## Stored dataset items:
--------------------
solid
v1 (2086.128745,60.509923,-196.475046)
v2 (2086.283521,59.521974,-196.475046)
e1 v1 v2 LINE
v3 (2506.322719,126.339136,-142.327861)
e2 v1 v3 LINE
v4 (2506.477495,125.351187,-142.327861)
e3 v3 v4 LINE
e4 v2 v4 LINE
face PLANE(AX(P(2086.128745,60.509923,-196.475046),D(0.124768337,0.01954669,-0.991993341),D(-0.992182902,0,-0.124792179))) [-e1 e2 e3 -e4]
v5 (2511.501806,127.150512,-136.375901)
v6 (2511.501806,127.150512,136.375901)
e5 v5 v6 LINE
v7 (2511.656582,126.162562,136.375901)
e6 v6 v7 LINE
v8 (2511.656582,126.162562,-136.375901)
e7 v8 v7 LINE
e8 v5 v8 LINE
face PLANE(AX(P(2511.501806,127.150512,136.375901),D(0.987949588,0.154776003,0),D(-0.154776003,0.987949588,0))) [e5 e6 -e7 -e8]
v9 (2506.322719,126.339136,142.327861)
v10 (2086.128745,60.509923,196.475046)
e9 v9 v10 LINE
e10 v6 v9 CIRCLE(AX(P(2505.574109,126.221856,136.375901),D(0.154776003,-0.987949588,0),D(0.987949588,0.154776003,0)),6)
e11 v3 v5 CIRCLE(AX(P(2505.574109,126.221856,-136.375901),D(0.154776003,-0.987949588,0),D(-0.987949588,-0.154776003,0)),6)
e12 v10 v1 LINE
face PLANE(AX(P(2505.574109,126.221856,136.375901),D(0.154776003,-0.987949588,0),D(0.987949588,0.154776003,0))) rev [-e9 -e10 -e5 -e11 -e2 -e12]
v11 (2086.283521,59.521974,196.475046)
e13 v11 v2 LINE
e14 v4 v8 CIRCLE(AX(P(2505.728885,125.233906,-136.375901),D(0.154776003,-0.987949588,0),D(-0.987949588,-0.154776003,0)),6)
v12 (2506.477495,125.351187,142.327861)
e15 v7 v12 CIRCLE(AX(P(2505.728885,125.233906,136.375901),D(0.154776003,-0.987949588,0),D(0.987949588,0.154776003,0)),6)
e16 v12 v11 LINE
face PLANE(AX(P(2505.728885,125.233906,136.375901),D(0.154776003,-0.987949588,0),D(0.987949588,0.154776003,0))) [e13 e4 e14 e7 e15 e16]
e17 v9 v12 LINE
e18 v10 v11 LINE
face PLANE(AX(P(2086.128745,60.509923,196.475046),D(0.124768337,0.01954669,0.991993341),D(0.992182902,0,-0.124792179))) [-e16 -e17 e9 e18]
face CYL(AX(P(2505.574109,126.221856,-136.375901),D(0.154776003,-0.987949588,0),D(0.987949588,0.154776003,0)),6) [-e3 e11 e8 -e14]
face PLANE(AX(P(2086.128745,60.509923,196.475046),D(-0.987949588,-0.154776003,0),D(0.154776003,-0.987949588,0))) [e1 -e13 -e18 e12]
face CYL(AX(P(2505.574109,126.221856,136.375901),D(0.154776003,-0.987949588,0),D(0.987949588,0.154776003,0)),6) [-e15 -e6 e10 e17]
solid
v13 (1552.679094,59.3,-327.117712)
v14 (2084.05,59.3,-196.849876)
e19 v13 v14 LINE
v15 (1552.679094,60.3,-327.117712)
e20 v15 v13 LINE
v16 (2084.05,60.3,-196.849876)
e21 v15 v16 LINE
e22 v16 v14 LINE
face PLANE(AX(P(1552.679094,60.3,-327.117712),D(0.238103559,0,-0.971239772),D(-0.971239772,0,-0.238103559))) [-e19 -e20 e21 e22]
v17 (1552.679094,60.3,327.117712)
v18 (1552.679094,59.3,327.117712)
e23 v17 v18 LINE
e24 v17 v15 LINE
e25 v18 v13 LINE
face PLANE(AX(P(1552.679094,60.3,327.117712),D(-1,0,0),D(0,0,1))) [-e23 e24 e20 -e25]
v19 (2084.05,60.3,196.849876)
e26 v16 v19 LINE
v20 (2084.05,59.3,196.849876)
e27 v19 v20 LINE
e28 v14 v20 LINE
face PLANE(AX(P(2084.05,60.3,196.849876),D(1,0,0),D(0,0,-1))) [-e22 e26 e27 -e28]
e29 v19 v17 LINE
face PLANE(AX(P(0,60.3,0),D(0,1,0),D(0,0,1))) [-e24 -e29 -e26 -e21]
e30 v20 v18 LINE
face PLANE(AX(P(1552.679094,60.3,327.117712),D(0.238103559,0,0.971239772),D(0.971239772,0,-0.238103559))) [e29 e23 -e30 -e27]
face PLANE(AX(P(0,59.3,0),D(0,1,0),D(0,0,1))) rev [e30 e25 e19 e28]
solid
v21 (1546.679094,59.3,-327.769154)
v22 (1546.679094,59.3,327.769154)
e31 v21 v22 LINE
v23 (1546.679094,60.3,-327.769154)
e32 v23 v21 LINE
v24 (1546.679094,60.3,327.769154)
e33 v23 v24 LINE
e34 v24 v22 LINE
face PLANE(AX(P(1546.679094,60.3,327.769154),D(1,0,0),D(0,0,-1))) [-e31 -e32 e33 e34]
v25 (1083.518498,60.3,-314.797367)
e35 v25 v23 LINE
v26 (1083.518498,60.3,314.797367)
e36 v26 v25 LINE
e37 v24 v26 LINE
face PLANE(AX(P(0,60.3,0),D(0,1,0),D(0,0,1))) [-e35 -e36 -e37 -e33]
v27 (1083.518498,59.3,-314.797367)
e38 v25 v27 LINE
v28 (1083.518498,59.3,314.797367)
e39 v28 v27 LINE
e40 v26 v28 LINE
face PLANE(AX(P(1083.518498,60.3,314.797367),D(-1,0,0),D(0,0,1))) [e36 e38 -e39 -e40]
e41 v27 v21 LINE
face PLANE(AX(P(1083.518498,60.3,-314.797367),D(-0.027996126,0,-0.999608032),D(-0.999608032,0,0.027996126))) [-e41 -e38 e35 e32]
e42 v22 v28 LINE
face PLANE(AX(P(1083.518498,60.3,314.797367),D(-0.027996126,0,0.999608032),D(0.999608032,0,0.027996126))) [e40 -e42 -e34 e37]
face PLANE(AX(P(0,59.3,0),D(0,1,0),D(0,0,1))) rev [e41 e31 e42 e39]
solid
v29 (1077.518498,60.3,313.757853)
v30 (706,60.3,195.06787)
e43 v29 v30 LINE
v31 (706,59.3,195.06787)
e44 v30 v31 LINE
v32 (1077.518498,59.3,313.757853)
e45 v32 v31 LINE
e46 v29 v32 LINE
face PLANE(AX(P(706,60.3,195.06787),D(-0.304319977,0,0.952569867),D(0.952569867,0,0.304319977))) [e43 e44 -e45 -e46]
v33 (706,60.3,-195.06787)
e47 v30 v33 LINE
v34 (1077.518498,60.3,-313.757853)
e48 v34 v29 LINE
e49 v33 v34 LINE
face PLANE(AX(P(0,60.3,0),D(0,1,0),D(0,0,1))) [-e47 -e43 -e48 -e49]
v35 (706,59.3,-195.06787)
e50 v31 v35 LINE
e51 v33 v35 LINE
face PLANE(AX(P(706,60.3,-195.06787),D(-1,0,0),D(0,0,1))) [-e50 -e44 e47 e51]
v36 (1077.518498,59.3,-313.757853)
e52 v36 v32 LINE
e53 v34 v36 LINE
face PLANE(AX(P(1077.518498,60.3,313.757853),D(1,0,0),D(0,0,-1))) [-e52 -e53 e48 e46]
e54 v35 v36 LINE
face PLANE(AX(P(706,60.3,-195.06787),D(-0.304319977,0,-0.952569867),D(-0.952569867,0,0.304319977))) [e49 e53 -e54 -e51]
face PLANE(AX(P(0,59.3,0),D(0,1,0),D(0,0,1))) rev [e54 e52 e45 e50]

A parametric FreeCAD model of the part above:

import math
import FreeCAD as App
import Part
import Sketcher

V = App.Vector


def add_polygon(sketch, points):
    """Adds a closed chain of lines whose ends are joined by coincident constraints."""
    first, n = sketch.GeometryCount, len(points)
    for a, b in zip(points, points[1:] + points[:1]):
        sketch.addGeometry(Part.LineSegment(App.Vector(*a, 0), App.Vector(*b, 0)), False)
    for i in range(n):
        sketch.addConstraint(Sketcher.Constraint("Coincident", first + i, 2, first + (i + 1) % n, 1))

doc = App.newDocument("Part")
body = doc.addObject("PartDesign::Body", "Body")

sketch1 = body.newObject("Sketcher::SketchObject", "Sketch")
sketch1.AttachmentSupport = (doc.getObject("XZ_Plane"), [""])
sketch1.MapMode = "FlatFace"
sketch1.AttachmentOffset = App.Placement(V(0, 0, -59.3), App.Rotation())
add_polygon(sketch1, [(2084, -197), (2084, 197), (1553, 327), (1553, -327)])
sketch1.addConstraint([
    Sketcher.Constraint("Vertical", 0),
    Sketcher.Constraint("Vertical", 2),
    Sketcher.Constraint("Equal", 1, 3),
    Sketcher.Constraint("DistanceX", -1, 1, 0, 2, 2084.05),
    Sketcher.Constraint("DistanceY", 0, 1, 0, 2, 393.699752),
    Sketcher.Constraint("DistanceY", 2, 2, 2, 1, 654.235425),
    Sketcher.Constraint("Distance", 1, 547.105794),
    Sketcher.Constraint("DistanceY", -1, 1, 0, 2, 196.849876),
])
pad1 = body.newObject("PartDesign::Pad", "Pad")
pad1.Profile = sketch1
pad1.Length = 1
pad1.Reversed = True
body2 = doc.addObject("PartDesign::Body", "Body001")

sketch2 = body2.newObject("Sketcher::SketchObject", "Sketch001")
sketch2.AttachmentSupport = (doc.getObject("XZ_Plane001"), [""])
sketch2.MapMode = "FlatFace"
sketch2.AttachmentOffset = App.Placement(V(0, 0, -59.3), App.Rotation())
add_polygon(sketch2, [(1084, 315), (1084, -315), (1547, -328), (1547, 328)])
sketch2.addConstraint([
    Sketcher.Constraint("Vertical", 0),
    Sketcher.Constraint("Vertical", 2),
    Sketcher.Constraint("Equal", 1, 3),
    Sketcher.Constraint("Distance", 1, 463.342211),
    Sketcher.Constraint("DistanceY", 0, 2, 0, 1, 629.594733),
    Sketcher.Constraint("DistanceY", 2, 1, 2, 2, 655.538307),
    Sketcher.Constraint("DistanceX", -1, 1, 0, 2, 1083.518498),
    Sketcher.Constraint("DistanceY", 0, 2, -1, 1, 314.797367),
])
pad2 = body2.newObject("PartDesign::Pad", "Pad001")
pad2.Profile = sketch2
pad2.Length = 1
pad2.Reversed = True
body3 = doc.addObject("PartDesign::Body", "Body002")

sketch3 = body3.newObject("Sketcher::SketchObject", "Sketch002")
sketch3.AttachmentSupport = (doc.getObject("XZ_Plane002"), [""])
sketch3.MapMode = "FlatFace"
sketch3.AttachmentOffset = App.Placement(V(0, 0, -59.3), App.Rotation())
add_polygon(sketch3, [(1078, -314), (1078, 314), (706, 195), (706, -195)])
sketch3.addConstraint([
    Sketcher.Constraint("Vertical", 0),
    Sketcher.Constraint("Vertical", 2),
    Sketcher.Constraint("Equal", 1, 3),
    Sketcher.Constraint("DistanceX", -1, 1, 1, 2, 706.0),
    Sketcher.Constraint("DistanceY", 2, 2, 2, 1, 390.135741),
    Sketcher.Constraint("Distance", 1, 390.017059),
    Sketcher.Constraint("DistanceY", 0, 1, 0, 2, 627.515706),
    Sketcher.Constraint("DistanceY", -1, 1, 1, 2, 195.06787),
])
pad3 = body3.newObject("PartDesign::Pad", "Pad002")
pad3.Profile = sketch3
pad3.Length = 1
pad3.Reversed = True
body4 = doc.addObject("PartDesign::Body", "Body003")

sketch4 = body4.newObject("Sketcher::SketchObject", "Sketch003")
sketch4.Placement = App.Placement(V(40.721863, -259.931429, 0), App.Rotation(V(0.987949588, 0.154776003, 0), V(0, 0, 1), V(0.154776003, -0.987949588, 0), "ZXY"))
sketch4.addGeometry([
    Part.LineSegment(V(2070, -196, 0), V(2496, -142, 0)),
    Part.ArcOfCircle(Part.Circle(V(2495, -136, 0), V(0, 0, 1), 6), math.radians(-83), math.radians(0)),
    Part.LineSegment(V(2501, -136, 0), V(2501, 136, 0)),
    Part.ArcOfCircle(Part.Circle(V(2495, 136, 0), V(0, 0, 1), 6), math.radians(0), math.radians(83)),
    Part.LineSegment(V(2496, 142, 0), V(2070, 196, 0)),
    Part.LineSegment(V(2070, 196, 0), V(2070, -196, 0)),
], False)
sketch4.addConstraint([
    Sketcher.Constraint("Tangent", 0, 2, 1, 1),
    Sketcher.Constraint("Tangent", 1, 2, 2, 1),
    Sketcher.Constraint("Tangent", 2, 2, 3, 1),
    Sketcher.Constraint("Tangent", 3, 2, 4, 1),
    Sketcher.Constraint("Coincident", 4, 2, 5, 1),
    Sketcher.Constraint("Coincident", 5, 2, 0, 1),
    Sketcher.Constraint("Vertical", 2),
    Sketcher.Constraint("Vertical", 5),
    Sketcher.Constraint("Equal", 1, 3),
    Sketcher.Constraint("Symmetric", 0, 2, 3, 2, -1),
    Sketcher.Constraint("Radius", 1, 6.0),
    Sketcher.Constraint("DistanceY", 5, 2, 5, 1, 392.950091),
    Sketcher.Constraint("DistanceY", 1, 3, -1, 1, 136.375901),
    Sketcher.Constraint("Distance", 0, 428.752118),
    Sketcher.Constraint("DistanceX", -1, 1, 1, 3, 2494.917022),
])
pad4 = body4.newObject("PartDesign::Pad", "Pad003")
pad4.Profile = sketch4
pad4.Length = 1

doc.recompute()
--------------------
## DIRECTIONS FOR THIS TASK:
Your answer should be the lines above from the one containing "face PLANE(AX(P(0,59.3,0),D(0,1,0),D(0,0,1))) rev [e30" through the one containing "e51 v33 v35 LINE", copied exactly and with both ends kept.

## YOUR RESPONSE:
face PLANE(AX(P(0,59.3,0),D(0,1,0),D(0,0,1))) rev [e30 e25 e19 e28]
solid
v21 (1546.679094,59.3,-327.769154)
v22 (1546.679094,59.3,327.769154)
e31 v21 v22 LINE
v23 (1546.679094,60.3,-327.769154)
e32 v23 v21 LINE
v24 (1546.679094,60.3,327.769154)
e33 v23 v24 LINE
e34 v24 v22 LINE
face PLANE(AX(P(1546.679094,60.3,327.769154),D(1,0,0),D(0,0,-1))) [-e31 -e32 e33 e34]
v25 (1083.518498,60.3,-314.797367)
e35 v25 v23 LINE
v26 (1083.518498,60.3,314.797367)
e36 v26 v25 LINE
e37 v24 v26 LINE
face PLANE(AX(P(0,60.3,0),D(0,1,0),D(0,0,1))) [-e35 -e36 -e37 -e33]
v27 (1083.518498,59.3,-314.797367)
e38 v25 v27 LINE
v28 (1083.518498,59.3,314.797367)
e39 v28 v27 LINE
e40 v26 v28 LINE
face PLANE(AX(P(1083.518498,60.3,314.797367),D(-1,0,0),D(0,0,1))) [e36 e38 -e39 -e40]
e41 v27 v21 LINE
face PLANE(AX(P(1083.518498,60.3,-314.797367),D(-0.027996126,0,-0.999608032),D(-0.999608032,0,0.027996126))) [-e41 -e38 e35 e32]
e42 v22 v28 LINE
face PLANE(AX(P(1083.518498,60.3,314.797367),D(-0.027996126,0,0.999608032),D(0.999608032,0,0.027996126))) [e40 -e42 -e34 e37]
face PLANE(AX(P(0,59.3,0),D(0,1,0),D(0,0,1))) rev [e41 e31 e42 e39]
solid
v29 (1077.518498,60.3,313.757853)
v30 (706,60.3,195.06787)
e43 v29 v30 LINE
v31 (706,59.3,195.06787)
e44 v30 v31 LINE
v32 (1077.518498,59.3,313.757853)
e45 v32 v31 LINE
e46 v29 v32 LINE
face PLANE(AX(P(706,60.3,195.06787),D(-0.304319977,0,0.952569867),D(0.952569867,0,0.304319977))) [e43 e44 -e45 -e46]
v33 (706,60.3,-195.06787)
e47 v30 v33 LINE
v34 (1077.518498,60.3,-313.757853)
e48 v34 v29 LINE
e49 v33 v34 LINE
face PLANE(AX(P(0,60.3,0),D(0,1,0),D(0,0,1))) [-e47 -e43 -e48 -e49]
v35 (706,59.3,-195.06787)
e50 v31 v35 LINE
e51 v33 v35 LINE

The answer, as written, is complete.